# Suche Designer Namen...



## aposch (24. März 2007)

Hallo Leute,

Erstmal, ich bin mir nicht sicher, ob das hier jetzt in der richtigen Abteilung ist. Also wenn nicht, bitte verschieben..^^

Ich suche einen "Designer Namen". Ich hatte mir "Abdullah Designez" vorgestellt, aber da steckt mein richtiger Name drin, das möchte ich nicht. A-Designez habe ich dann gesagt, ist besser. Aber habt ihr vielleicht einen besseren?

Währe wirklich nett wenn gute Namen erwähnt werden können.

Hochachtungsvoll
Aposch


----------



## Philip Kurz (24. März 2007)

Also wenn ich im Wort Design ein "Z" sehe, dreht sich bei mir der Magen um.
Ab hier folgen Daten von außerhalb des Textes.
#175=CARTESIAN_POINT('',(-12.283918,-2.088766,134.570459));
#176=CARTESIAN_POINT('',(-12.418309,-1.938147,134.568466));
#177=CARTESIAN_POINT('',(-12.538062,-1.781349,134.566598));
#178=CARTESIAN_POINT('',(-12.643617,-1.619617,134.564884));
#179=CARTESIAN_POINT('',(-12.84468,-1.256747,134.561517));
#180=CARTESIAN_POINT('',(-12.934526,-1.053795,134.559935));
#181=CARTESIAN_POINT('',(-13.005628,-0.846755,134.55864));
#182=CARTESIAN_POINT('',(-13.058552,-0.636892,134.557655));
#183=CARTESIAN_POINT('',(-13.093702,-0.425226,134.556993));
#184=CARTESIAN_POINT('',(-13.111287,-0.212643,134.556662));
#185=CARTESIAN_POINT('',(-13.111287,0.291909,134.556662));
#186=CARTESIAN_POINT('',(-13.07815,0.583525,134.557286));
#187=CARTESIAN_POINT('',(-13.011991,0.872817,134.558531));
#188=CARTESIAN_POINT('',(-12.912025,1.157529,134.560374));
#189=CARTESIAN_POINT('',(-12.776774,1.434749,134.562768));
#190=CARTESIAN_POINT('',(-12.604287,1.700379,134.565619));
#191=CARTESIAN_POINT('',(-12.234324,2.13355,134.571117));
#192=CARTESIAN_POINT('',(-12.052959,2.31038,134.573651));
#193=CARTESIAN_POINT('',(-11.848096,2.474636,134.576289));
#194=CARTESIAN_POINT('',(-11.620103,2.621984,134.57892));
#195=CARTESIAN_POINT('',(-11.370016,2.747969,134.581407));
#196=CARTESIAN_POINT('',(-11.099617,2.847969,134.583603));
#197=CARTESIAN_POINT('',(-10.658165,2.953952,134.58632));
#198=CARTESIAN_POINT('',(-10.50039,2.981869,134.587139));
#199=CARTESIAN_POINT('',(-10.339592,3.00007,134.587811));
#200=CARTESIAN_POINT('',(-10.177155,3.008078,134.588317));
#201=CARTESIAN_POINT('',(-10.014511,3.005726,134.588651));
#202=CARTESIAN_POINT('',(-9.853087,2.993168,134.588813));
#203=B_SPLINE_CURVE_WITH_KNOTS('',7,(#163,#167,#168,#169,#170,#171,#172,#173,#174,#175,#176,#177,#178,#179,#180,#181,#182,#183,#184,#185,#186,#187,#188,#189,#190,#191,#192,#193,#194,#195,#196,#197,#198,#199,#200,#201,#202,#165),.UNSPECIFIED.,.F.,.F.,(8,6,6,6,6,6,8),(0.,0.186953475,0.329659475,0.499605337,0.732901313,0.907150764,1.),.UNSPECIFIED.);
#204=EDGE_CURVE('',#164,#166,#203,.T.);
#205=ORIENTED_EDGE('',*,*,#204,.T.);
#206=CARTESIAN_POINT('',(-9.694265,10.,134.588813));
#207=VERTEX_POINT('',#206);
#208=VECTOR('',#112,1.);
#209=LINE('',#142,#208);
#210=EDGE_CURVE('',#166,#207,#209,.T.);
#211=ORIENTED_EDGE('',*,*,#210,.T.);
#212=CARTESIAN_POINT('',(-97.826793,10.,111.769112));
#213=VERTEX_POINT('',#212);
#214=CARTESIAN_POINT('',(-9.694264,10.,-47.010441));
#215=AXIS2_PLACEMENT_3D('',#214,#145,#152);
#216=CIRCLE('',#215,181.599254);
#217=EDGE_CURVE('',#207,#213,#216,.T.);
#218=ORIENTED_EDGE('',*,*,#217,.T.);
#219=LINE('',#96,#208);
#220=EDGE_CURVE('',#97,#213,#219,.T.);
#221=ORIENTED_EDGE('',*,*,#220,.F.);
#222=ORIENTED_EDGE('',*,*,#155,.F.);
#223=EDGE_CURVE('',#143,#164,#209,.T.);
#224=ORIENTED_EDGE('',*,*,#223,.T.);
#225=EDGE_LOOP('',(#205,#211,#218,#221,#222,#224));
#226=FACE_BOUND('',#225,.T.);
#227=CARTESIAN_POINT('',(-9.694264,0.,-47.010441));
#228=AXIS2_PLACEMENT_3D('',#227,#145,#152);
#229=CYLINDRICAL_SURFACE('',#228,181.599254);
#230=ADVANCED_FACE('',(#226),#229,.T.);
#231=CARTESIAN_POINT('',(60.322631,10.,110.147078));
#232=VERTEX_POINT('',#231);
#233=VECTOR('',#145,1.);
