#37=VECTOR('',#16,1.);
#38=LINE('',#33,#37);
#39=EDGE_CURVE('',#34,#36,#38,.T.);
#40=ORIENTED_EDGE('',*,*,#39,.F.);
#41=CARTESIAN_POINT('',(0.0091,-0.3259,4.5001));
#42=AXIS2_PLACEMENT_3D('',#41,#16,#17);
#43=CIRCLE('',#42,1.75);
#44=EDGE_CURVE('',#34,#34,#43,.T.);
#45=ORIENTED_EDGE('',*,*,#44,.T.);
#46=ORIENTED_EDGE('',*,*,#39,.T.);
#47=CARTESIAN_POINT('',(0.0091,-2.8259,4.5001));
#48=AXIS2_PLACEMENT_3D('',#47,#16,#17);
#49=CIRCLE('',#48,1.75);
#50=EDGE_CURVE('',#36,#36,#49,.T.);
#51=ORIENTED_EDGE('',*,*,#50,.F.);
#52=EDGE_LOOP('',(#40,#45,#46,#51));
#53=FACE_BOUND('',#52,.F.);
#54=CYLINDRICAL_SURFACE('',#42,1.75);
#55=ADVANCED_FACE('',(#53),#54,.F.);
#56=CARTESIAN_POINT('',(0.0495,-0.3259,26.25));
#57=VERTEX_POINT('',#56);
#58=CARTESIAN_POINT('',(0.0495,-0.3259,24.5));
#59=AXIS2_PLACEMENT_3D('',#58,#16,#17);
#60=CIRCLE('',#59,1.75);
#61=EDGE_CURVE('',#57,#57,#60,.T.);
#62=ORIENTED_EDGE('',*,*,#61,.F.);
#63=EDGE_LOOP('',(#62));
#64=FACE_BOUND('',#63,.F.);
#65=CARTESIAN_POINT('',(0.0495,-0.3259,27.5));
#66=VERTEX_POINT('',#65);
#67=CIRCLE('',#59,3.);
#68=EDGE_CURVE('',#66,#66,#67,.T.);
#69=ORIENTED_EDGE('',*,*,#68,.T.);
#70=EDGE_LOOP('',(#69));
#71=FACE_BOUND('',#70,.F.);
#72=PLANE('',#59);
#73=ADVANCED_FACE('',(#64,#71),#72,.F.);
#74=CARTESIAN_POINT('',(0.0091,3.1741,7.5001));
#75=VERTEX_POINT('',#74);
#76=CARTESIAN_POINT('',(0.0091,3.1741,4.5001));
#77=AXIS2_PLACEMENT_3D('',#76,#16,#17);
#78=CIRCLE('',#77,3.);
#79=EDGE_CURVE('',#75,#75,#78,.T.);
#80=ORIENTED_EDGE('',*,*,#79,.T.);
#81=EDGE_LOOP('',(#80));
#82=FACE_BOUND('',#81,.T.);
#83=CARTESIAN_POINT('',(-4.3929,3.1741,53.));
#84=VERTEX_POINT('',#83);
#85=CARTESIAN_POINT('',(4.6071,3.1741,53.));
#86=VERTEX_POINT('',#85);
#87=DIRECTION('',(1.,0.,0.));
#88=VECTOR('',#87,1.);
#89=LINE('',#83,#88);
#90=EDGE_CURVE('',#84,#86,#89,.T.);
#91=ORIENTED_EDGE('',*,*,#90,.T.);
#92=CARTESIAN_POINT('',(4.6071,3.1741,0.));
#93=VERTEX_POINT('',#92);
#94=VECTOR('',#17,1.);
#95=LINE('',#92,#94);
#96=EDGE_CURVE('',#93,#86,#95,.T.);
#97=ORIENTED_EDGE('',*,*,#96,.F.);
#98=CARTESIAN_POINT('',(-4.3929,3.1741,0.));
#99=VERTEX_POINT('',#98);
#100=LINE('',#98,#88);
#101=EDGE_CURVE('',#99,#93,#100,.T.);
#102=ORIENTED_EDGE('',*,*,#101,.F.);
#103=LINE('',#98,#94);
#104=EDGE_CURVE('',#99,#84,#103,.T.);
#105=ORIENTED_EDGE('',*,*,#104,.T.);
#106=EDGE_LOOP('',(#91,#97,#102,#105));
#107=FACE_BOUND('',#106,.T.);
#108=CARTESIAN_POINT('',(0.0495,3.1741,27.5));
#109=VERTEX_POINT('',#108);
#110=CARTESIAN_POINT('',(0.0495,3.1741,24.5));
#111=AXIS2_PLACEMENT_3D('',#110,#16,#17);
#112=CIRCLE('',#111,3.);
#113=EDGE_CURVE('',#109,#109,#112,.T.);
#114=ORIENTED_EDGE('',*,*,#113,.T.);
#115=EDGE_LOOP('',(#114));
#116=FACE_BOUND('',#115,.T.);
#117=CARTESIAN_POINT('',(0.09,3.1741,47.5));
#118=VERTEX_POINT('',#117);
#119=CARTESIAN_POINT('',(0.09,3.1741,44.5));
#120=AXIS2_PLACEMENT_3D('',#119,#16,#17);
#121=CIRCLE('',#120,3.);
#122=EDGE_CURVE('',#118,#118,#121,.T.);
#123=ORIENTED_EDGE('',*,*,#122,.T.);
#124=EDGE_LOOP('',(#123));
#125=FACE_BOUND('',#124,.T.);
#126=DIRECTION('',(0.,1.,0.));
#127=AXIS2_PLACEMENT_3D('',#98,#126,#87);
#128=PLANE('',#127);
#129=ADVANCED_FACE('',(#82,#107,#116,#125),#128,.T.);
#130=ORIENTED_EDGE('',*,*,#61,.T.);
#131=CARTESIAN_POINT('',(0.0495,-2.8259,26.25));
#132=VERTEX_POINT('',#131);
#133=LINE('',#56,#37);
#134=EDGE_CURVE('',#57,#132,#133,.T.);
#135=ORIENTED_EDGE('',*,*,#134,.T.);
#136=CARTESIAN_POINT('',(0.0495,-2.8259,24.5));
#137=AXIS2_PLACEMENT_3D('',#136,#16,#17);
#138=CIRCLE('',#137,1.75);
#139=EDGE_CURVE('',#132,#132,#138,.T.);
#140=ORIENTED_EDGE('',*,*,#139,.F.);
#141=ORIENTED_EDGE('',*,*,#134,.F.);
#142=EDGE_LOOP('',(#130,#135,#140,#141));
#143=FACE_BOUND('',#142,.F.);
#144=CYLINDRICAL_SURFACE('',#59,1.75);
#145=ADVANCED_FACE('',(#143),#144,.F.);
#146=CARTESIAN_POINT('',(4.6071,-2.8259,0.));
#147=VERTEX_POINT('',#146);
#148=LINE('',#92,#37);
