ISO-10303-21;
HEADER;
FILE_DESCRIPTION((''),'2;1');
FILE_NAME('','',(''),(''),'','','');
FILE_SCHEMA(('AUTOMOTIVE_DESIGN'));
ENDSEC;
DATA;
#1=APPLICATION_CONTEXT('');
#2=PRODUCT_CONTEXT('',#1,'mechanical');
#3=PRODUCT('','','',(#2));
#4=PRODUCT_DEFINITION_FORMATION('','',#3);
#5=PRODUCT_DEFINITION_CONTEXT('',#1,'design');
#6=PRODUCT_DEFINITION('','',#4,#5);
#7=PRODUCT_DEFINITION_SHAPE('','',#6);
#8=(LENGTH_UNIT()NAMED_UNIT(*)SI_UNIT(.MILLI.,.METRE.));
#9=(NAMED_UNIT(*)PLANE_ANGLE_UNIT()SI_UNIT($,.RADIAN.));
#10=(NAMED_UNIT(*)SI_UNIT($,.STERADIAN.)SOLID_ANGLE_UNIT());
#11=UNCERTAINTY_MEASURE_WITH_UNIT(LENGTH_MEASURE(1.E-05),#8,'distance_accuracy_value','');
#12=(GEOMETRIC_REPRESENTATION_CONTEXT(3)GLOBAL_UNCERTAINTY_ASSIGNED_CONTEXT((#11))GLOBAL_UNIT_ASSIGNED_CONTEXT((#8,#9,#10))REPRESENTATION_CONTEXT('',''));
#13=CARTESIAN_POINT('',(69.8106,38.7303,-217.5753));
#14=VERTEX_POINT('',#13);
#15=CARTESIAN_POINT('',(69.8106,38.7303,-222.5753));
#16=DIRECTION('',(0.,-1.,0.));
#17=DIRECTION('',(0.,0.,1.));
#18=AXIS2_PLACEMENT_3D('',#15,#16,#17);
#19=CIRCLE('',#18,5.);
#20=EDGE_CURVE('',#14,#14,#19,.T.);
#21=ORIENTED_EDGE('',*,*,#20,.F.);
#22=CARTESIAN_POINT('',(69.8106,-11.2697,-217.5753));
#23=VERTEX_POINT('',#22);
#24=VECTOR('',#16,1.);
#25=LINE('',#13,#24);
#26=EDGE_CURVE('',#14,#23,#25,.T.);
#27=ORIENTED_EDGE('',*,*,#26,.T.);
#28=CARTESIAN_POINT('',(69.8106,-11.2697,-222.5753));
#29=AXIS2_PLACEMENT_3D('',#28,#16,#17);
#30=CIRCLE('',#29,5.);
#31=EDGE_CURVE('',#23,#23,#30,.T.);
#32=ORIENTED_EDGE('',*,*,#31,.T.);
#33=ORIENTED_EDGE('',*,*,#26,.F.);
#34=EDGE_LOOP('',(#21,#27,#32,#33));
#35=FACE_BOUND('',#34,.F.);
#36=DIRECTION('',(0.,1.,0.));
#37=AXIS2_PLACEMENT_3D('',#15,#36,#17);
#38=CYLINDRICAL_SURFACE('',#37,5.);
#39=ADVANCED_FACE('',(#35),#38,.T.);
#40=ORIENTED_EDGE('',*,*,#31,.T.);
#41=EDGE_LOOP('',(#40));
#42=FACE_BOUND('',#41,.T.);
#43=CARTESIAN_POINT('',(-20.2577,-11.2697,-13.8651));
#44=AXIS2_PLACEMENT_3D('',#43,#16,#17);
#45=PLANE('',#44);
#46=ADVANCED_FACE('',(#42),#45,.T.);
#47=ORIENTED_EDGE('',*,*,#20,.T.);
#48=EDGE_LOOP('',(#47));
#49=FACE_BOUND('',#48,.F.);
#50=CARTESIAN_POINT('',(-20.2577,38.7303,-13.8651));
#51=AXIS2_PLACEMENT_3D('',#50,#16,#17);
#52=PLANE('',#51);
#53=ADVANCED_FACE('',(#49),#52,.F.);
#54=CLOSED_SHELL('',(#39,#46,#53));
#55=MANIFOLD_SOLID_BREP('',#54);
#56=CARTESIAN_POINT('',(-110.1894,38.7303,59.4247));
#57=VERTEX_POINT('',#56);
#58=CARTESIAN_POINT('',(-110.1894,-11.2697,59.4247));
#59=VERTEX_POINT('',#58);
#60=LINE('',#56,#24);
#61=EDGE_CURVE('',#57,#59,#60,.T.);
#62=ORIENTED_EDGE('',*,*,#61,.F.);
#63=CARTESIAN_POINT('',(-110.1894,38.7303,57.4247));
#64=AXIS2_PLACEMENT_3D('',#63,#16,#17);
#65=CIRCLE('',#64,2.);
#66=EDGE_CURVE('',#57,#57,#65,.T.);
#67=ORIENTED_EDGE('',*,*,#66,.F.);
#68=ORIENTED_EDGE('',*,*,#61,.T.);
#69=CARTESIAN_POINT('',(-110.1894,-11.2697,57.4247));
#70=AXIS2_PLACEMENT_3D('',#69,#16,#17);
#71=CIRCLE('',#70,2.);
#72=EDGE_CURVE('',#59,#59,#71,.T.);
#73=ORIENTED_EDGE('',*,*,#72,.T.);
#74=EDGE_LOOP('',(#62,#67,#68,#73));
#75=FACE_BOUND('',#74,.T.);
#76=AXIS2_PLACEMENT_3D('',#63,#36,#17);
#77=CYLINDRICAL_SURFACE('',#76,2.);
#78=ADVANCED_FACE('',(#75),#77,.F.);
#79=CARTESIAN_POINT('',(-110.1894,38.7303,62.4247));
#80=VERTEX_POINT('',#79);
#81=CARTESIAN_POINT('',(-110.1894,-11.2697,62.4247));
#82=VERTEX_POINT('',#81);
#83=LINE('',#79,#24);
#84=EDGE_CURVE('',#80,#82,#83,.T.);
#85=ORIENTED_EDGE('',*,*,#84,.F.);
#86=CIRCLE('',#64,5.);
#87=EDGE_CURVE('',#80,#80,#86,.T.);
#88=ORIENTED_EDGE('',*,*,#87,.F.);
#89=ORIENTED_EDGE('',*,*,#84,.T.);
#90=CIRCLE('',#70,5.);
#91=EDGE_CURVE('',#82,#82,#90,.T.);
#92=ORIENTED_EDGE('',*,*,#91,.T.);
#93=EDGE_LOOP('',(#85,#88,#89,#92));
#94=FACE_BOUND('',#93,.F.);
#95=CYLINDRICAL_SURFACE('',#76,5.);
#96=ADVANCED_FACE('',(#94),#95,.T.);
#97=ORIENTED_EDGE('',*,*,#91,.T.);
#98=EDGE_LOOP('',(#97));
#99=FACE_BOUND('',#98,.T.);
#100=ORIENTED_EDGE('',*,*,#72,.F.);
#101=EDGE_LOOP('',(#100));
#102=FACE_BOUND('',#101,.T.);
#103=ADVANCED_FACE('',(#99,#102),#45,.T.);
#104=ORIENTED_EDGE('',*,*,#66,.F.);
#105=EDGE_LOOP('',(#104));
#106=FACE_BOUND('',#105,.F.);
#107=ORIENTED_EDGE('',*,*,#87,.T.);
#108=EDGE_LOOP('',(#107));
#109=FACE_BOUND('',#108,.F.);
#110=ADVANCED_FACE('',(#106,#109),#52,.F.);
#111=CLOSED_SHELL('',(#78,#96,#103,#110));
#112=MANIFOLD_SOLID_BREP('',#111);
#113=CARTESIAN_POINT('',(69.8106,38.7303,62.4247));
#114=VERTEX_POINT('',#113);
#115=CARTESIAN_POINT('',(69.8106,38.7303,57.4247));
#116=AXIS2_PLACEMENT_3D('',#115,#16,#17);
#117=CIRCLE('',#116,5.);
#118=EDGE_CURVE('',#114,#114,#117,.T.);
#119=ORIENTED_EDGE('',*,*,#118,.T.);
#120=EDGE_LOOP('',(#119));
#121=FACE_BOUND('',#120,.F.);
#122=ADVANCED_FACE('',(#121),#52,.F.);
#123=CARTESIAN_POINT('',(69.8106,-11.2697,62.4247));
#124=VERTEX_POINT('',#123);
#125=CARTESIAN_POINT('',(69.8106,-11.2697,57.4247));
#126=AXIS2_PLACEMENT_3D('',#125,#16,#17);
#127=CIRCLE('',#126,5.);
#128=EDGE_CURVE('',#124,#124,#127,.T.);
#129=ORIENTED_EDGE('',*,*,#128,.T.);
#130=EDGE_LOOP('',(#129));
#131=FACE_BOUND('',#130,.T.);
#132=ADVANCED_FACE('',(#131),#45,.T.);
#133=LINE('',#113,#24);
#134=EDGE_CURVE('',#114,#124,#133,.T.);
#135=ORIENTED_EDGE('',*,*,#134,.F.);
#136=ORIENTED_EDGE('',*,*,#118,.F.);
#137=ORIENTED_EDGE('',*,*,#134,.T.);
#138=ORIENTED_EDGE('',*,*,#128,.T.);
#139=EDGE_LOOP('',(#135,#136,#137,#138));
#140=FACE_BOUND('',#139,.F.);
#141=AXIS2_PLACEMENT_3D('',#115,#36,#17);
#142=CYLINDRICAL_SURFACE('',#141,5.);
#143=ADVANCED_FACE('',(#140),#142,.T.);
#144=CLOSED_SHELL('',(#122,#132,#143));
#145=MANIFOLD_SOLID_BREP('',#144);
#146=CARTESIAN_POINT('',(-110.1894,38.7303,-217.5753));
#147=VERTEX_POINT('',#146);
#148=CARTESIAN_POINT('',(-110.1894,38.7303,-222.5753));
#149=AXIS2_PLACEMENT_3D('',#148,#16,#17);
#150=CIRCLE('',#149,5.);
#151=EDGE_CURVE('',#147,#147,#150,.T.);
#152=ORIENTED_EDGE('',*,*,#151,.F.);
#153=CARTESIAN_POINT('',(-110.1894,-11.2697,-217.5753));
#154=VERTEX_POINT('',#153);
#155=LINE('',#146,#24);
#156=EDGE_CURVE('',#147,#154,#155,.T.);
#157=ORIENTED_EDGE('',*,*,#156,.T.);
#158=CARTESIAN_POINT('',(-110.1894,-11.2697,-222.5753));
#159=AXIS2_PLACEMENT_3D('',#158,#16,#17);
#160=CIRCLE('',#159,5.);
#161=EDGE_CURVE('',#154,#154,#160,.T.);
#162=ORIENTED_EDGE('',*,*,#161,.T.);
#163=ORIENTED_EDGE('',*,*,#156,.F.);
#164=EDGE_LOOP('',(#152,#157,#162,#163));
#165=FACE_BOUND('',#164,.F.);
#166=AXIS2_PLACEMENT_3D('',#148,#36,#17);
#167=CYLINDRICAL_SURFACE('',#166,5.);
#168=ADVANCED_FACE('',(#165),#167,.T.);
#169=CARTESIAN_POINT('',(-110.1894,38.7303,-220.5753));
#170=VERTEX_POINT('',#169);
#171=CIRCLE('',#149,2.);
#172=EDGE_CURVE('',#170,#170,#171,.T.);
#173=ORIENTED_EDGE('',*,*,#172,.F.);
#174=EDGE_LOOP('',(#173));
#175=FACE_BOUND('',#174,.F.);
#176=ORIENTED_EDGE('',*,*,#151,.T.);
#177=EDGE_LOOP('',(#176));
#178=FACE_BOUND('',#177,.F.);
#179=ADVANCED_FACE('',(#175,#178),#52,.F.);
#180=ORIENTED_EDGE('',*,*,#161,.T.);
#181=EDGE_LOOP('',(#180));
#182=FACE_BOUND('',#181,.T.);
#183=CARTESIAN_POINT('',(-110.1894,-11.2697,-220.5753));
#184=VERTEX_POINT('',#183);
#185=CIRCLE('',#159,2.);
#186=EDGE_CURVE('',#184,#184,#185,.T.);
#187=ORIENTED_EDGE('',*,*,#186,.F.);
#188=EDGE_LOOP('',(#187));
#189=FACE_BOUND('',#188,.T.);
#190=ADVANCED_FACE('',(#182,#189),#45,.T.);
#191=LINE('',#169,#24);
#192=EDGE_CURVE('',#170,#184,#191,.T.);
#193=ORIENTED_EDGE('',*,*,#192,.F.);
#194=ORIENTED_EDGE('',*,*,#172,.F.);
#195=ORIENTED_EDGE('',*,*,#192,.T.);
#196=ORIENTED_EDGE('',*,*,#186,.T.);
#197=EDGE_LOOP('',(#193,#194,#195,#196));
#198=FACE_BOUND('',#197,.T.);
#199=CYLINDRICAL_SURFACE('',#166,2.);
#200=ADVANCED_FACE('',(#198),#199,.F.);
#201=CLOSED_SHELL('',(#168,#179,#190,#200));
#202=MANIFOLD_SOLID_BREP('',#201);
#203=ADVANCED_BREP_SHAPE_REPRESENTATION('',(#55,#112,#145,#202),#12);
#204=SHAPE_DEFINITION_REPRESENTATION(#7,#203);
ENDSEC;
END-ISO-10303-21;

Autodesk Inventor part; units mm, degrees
ref_plane "YZ Plane" through (0, 0, 0) normal (1, 0, 0) x (0, 1, 0)
ref_plane "XZ Plane" through (0, 0, 0) normal (0, 1, 0) x (-1, 0, 0)
ref_plane "Work Plane2" through (-20.1894, 38.7303, -132.5753) normal (0, -1, 0) x (1, 0, 0)
sketch "Sketch3" plane through (-20.2577, 38.7303, -13.8651) normal (0, -1, 0) x (0, 0, 1)
  circle A0 centre (-118.7102, -0.0683) radius 25 construction
  line L0 (-118.7102, -25.0683) -> (-118.7102, 24.9317) construction
  line L1 (0, 0) -> (-118.7102, -0.0683) construction
  circle A1 centre (71.2898, -90.0683) radius 2 projected
  circle A2 centre (-208.7102, -90.0683) radius 2 projected
  circle A3 centre (-208.7102, 89.9317) radius 2 projected
  circle A4 centre (71.2898, 89.9317) radius 2 projected
  circle A5 centre (71.2898, -90.0683) radius 5
  circle A6 centre (71.2898, 89.9317) radius 5
  circle A7 centre (-208.7102, -90.0683) radius 5
  circle A8 centre (-208.7102, 89.9317) radius 5
  dimension "d1" = 10
  dimension "d2" = 10
  dimension "d3" = 10
  dimension "d4" = 10
extrude "Extrusion1" add sketch "Sketch3" along normal blind 50 contours A1 | A2 | A5 | A6 | A7 | A8
properties part number "Trap"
Vielleicht könnte man da schon ein wenig dran drehen. ;-]

Ansonsten: Was macht deine Arbeit besonders? Was willst du aussagen? --> Wort auf Englisch übersetzen, "Design" ranhängen et voila.

... 


Philip


----------



## Jiruri (24. März 2007)

Hey Aposch! ^^

Also ein Designer Name zu finden is ziemlich schwer, ich hab auch lang gebraucht bis ich meinen "Künstlerfirmennamen" und mein Projekt benannt hab.

Im Endeffekt kommt es auch immer darauf an was du machst. Machst du fantasievolle Bilder - futuristische Bilder - abstrakte - ehr "finstere ^^ " oder was auch immer... dein Name sollte dazu passen. Ein englischer Name ist vll auch manchmal ganz gut, oder ein Pseudonym für dich. 

kurz gesagt hab ich vll ein paar tipps für dich:
> such dir ein schönes wort auf deutsch und lass es mal in alle möglichen sprachen übersetzten, vll gefällt dir das ergebnis ja ;D (übersetzung bei: http://dict.leo.org/ oder http://www.uebersetzung-kostenlos.de)
> Namensabkürzungen sind auch manchmal ganz schön. A.b.c.d. usw. ^^ du kannst dir so einen langen namen abkürzen und trotzdem hast du ein schönes Kürzel am ende
> Wenn du eine Art Logo hast könntest du dir ja dazu einen Namen einfallen lassen. gut normalerweise macht mans andersrum, aber was solls ^^

*GANZ WICHTIG: *wähle einen namen, den du auch noch in ein paar Monaten oder Jahren noch sehen kannst. dauernde Künstlernamensumstellung ist aufwendig und unnötig 

Kurz: Lass deiner Kreativität freien Lauf, meistens fallen dir erst durch deinen Alltag irgendwelche tollen Namen ein 

Abby from Illusion Works


----------



## aposch (24. März 2007)

Aha. Ich werde mal weiter überlegen. Aber danke für die Tipps..^^

Ich mache eigentlich nicht so viel. Weil ich bin noch ziemlich jung. Kenn mich halt schon einigermaßen gut aus mit Photoshop und wollte halt mal ein schönes T-Shirt bedrucken lassen. Aber auch um ein Designer Namen zu haben, wie gesagt, bisher immer Abdullah Designez ( Mir ist/war klar, dass man Design ohne -ez schreibt das war halt auch so ein Extra). Ich schaue mir Tutorials an und mache die nach. Oder verscueh auch mal selber was zu machen... Ich will nämlich Informatiker werden und alles können. 3D,HTML,Design,Programmieren. usw.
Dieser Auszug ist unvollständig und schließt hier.